■ **Task prompt**
Print the first line of the data below and every one after it, through the line containing "v -2.599 0 0.335", exactly as written.

■ **Source data**
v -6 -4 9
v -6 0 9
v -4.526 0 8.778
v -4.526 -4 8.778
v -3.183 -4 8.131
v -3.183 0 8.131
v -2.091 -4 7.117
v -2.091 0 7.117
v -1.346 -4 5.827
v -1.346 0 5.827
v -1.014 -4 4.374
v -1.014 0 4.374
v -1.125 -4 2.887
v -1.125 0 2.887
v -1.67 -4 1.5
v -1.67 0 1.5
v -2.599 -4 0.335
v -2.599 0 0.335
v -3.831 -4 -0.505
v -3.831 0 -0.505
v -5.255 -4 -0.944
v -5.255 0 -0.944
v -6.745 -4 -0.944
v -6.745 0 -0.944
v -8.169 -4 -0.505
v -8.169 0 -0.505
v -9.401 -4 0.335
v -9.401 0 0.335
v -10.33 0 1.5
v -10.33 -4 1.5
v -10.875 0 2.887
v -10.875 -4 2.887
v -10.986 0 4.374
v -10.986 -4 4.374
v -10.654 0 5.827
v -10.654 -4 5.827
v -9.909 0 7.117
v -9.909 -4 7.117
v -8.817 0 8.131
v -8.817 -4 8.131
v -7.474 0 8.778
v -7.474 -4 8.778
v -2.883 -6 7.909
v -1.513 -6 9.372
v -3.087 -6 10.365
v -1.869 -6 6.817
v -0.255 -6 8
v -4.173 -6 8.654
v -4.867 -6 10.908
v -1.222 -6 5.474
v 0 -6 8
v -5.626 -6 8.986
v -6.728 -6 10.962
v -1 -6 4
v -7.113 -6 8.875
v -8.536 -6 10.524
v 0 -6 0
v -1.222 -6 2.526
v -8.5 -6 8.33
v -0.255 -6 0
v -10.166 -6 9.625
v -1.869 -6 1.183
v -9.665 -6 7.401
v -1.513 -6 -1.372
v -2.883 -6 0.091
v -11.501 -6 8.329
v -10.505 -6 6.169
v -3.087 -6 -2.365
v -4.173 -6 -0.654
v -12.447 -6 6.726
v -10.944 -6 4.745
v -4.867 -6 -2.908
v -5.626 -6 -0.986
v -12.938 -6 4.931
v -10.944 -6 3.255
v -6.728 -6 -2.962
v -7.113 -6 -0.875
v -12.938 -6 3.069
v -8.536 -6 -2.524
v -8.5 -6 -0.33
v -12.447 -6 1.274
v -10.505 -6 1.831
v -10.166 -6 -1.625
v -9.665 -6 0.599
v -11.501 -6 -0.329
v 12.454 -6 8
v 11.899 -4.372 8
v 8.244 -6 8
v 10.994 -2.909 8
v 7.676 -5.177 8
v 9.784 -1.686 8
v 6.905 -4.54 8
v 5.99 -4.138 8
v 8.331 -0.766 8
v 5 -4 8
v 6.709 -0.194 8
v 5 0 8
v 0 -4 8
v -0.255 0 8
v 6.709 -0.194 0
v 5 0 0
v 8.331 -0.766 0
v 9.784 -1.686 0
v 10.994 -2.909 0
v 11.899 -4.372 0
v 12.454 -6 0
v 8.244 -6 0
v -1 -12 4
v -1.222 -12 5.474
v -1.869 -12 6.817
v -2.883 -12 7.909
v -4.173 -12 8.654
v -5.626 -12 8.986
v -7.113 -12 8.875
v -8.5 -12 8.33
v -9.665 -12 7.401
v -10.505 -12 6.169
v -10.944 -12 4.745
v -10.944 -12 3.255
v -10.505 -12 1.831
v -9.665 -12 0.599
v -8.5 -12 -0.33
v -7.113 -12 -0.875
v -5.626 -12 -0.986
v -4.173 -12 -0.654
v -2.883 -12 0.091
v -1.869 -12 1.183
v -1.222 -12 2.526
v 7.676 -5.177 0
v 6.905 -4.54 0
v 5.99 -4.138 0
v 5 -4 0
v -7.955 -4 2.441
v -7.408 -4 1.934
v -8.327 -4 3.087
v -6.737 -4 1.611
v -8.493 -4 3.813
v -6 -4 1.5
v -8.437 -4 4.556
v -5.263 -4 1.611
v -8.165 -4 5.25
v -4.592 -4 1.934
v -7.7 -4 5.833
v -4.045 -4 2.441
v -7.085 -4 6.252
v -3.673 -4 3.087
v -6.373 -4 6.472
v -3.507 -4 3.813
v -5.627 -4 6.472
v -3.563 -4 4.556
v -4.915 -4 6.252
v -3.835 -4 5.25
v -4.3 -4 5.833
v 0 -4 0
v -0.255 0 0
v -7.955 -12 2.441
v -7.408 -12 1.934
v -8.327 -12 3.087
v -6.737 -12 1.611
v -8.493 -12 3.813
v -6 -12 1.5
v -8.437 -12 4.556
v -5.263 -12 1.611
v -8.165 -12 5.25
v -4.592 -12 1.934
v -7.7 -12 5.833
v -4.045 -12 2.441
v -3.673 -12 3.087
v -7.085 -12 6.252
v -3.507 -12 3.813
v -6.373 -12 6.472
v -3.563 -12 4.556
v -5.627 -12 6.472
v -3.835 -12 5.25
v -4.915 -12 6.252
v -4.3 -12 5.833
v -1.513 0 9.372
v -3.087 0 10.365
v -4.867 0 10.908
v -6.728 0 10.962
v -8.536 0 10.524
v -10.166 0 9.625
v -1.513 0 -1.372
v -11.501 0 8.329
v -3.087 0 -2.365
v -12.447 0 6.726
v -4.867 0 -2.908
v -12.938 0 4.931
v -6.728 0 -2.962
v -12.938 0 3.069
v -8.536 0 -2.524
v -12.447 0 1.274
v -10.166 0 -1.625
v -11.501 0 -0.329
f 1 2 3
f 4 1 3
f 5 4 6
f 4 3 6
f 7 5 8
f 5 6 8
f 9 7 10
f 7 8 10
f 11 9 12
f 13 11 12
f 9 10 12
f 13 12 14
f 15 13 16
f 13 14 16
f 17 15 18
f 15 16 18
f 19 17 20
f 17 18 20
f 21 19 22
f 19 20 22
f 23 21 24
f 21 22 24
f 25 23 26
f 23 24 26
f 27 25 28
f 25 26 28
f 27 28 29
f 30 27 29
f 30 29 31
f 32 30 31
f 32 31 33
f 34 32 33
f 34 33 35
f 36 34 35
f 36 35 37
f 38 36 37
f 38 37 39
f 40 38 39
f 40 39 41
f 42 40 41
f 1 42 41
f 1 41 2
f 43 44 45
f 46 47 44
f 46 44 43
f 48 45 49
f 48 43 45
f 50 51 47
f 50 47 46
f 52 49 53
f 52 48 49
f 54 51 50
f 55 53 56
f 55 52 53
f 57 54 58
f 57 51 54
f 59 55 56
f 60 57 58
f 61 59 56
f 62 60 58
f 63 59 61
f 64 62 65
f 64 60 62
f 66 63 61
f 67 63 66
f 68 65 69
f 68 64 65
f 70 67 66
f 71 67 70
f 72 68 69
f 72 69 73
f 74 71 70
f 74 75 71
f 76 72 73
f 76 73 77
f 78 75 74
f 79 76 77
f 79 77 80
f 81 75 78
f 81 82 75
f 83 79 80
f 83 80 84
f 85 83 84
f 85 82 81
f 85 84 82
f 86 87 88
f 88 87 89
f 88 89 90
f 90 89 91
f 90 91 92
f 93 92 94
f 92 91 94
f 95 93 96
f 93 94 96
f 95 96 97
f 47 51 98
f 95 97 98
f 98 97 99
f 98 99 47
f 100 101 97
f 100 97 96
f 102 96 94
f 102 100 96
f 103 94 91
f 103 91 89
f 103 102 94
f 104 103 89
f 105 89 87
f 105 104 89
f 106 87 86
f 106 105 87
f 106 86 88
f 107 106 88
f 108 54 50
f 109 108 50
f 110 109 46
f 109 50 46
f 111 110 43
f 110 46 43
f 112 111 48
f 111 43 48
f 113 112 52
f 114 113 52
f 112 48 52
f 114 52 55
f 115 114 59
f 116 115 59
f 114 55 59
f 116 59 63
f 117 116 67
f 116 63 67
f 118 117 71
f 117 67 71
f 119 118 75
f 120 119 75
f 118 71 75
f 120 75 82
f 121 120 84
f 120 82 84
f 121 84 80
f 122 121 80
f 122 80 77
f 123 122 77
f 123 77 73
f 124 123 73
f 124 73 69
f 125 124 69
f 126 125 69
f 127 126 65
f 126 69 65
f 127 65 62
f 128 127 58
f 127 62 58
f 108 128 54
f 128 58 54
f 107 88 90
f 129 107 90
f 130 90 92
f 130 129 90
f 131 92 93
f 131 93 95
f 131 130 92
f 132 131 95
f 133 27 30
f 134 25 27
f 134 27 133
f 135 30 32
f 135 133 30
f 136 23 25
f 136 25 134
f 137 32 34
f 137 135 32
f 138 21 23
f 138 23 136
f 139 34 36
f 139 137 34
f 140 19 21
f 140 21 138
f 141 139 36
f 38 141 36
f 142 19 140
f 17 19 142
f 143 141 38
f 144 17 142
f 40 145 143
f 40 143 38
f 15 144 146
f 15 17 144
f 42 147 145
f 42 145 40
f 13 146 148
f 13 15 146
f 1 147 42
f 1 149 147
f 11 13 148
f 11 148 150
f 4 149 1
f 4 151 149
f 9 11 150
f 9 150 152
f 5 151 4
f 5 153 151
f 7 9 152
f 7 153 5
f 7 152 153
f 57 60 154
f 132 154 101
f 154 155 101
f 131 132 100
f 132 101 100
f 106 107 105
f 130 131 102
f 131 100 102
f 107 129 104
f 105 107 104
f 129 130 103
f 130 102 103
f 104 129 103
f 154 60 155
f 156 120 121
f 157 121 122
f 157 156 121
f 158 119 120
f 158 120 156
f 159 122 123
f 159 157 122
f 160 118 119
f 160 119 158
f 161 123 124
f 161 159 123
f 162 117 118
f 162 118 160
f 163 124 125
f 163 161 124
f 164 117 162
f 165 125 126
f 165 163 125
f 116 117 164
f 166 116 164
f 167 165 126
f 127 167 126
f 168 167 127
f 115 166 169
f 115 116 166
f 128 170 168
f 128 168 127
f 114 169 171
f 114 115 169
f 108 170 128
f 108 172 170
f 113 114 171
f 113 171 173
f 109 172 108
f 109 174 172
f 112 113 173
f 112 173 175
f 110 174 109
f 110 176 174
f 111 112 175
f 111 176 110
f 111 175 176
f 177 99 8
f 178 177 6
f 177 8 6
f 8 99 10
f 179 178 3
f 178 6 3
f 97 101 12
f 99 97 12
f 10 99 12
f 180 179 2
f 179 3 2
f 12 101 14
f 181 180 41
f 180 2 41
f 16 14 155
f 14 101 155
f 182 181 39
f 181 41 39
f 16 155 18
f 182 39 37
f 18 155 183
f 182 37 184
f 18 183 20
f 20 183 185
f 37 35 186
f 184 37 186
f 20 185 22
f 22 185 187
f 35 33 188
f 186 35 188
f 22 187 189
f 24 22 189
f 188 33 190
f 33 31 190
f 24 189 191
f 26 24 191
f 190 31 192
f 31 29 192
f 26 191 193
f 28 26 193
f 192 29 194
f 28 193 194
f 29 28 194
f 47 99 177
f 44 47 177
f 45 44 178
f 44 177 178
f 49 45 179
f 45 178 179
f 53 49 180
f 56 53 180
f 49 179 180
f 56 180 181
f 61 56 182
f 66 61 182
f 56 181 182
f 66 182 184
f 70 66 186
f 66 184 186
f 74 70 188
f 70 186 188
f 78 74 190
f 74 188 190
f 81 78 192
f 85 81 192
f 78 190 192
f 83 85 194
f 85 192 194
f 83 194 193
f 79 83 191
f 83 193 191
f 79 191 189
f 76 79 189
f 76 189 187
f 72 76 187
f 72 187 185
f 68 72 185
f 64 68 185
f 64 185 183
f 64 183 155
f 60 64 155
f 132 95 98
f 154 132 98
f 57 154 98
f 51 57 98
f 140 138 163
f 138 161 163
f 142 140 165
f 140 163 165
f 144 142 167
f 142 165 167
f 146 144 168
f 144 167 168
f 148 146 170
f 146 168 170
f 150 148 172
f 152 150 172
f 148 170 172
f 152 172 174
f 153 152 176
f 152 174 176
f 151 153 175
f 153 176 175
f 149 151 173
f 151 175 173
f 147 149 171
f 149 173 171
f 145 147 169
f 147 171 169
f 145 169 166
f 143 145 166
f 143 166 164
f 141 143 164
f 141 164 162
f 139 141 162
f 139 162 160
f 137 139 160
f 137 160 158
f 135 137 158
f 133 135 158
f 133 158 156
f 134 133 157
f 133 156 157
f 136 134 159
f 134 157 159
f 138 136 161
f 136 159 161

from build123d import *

# Parameters (mm, degrees)
EXTRUDE_1_DEPTH           = 8
EXTRUDE_2_DEPTH           = 6
SKETCH_5_R                = 5
EXTRUDE_3_DEPTH           = 6
HOLE_WIZARD_1_D           = 5
HOLE_WIZARD_1_DEPTH       = 30
HOLE_WIZARD_1_CBORE_D     = 10
HOLE_WIZARD_1_CBORE_DEPTH = 4


with BuildPart() as part:
    # 草图3 → 凸台-拉伸1 (new body)
    with BuildSketch(Plane.XY):
        with BuildLine():
            Line((0, 0), (5, 0))
            ThreePointArc((5, 0), (9.784396345, -1.68635165), (12.453978369, -6))
            Line((12.453978369, -6), (8.243547108, -6))
            ThreePointArc((8.243547108, -6), (6.905295111, -4.540192237), (5, -4))
            Line((5, -4), (0, -4))
            Line((0, -4), (0, 0))
        make_face()
    extrude(amount=EXTRUDE_1_DEPTH)

    # 草图4 → 凸台-拉伸2 (add)
    with BuildSketch(Plane(origin=(0, 0, 0), x_dir=(1, 0, 0), z_dir=(0, 1, 0))):
        with BuildLine():
            Line((-0.255437353, 0), (0, 0))
            Line((0, 0), (0, -8))
            Line((0, -8), (-0.255437353, -8))
            ThreePointArc((-0.255437353, -8), (-13, -4), (-0.255437353, 0))
        make_face()
    extrude(amount=-EXTRUDE_2_DEPTH)

    # 草图5 → 凸台-拉伸3 (add)
    with BuildSketch(Plane.XZ.offset(6)):
        with Locations((-6, 4)):
            Circle(SKETCH_5_R)
    extrude(amount=EXTRUDE_3_DEPTH)

    # 孔1
    with Locations(Plane(origin=(-6, 0, 4), x_dir=(0, 0, 1), z_dir=(0, 1, 0))):
        with Locations((0, 0)):
            CounterBoreHole(HOLE_WIZARD_1_D / 2, HOLE_WIZARD_1_CBORE_D / 2, HOLE_WIZARD_1_CBORE_DEPTH, depth=HOLE_WIZARD_1_DEPTH)


solid = part.part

■ **Response**
v -6 -4 9
v -6 0 9
v -4.526 0 8.778
v -4.526 -4 8.778
v -3.183 -4 8.131
v -3.183 0 8.131
v -2.091 -4 7.117
v -2.091 0 7.117
v -1.346 -4 5.827
v -1.346 0 5.827
v -1.014 -4 4.374
v -1.014 0 4.374
v -1.125 -4 2.887
v -1.125 0 2.887
v -1.67 -4 1.5
v -1.67 0 1.5
v -2.599 -4 0.335
v -2.599 0 0.335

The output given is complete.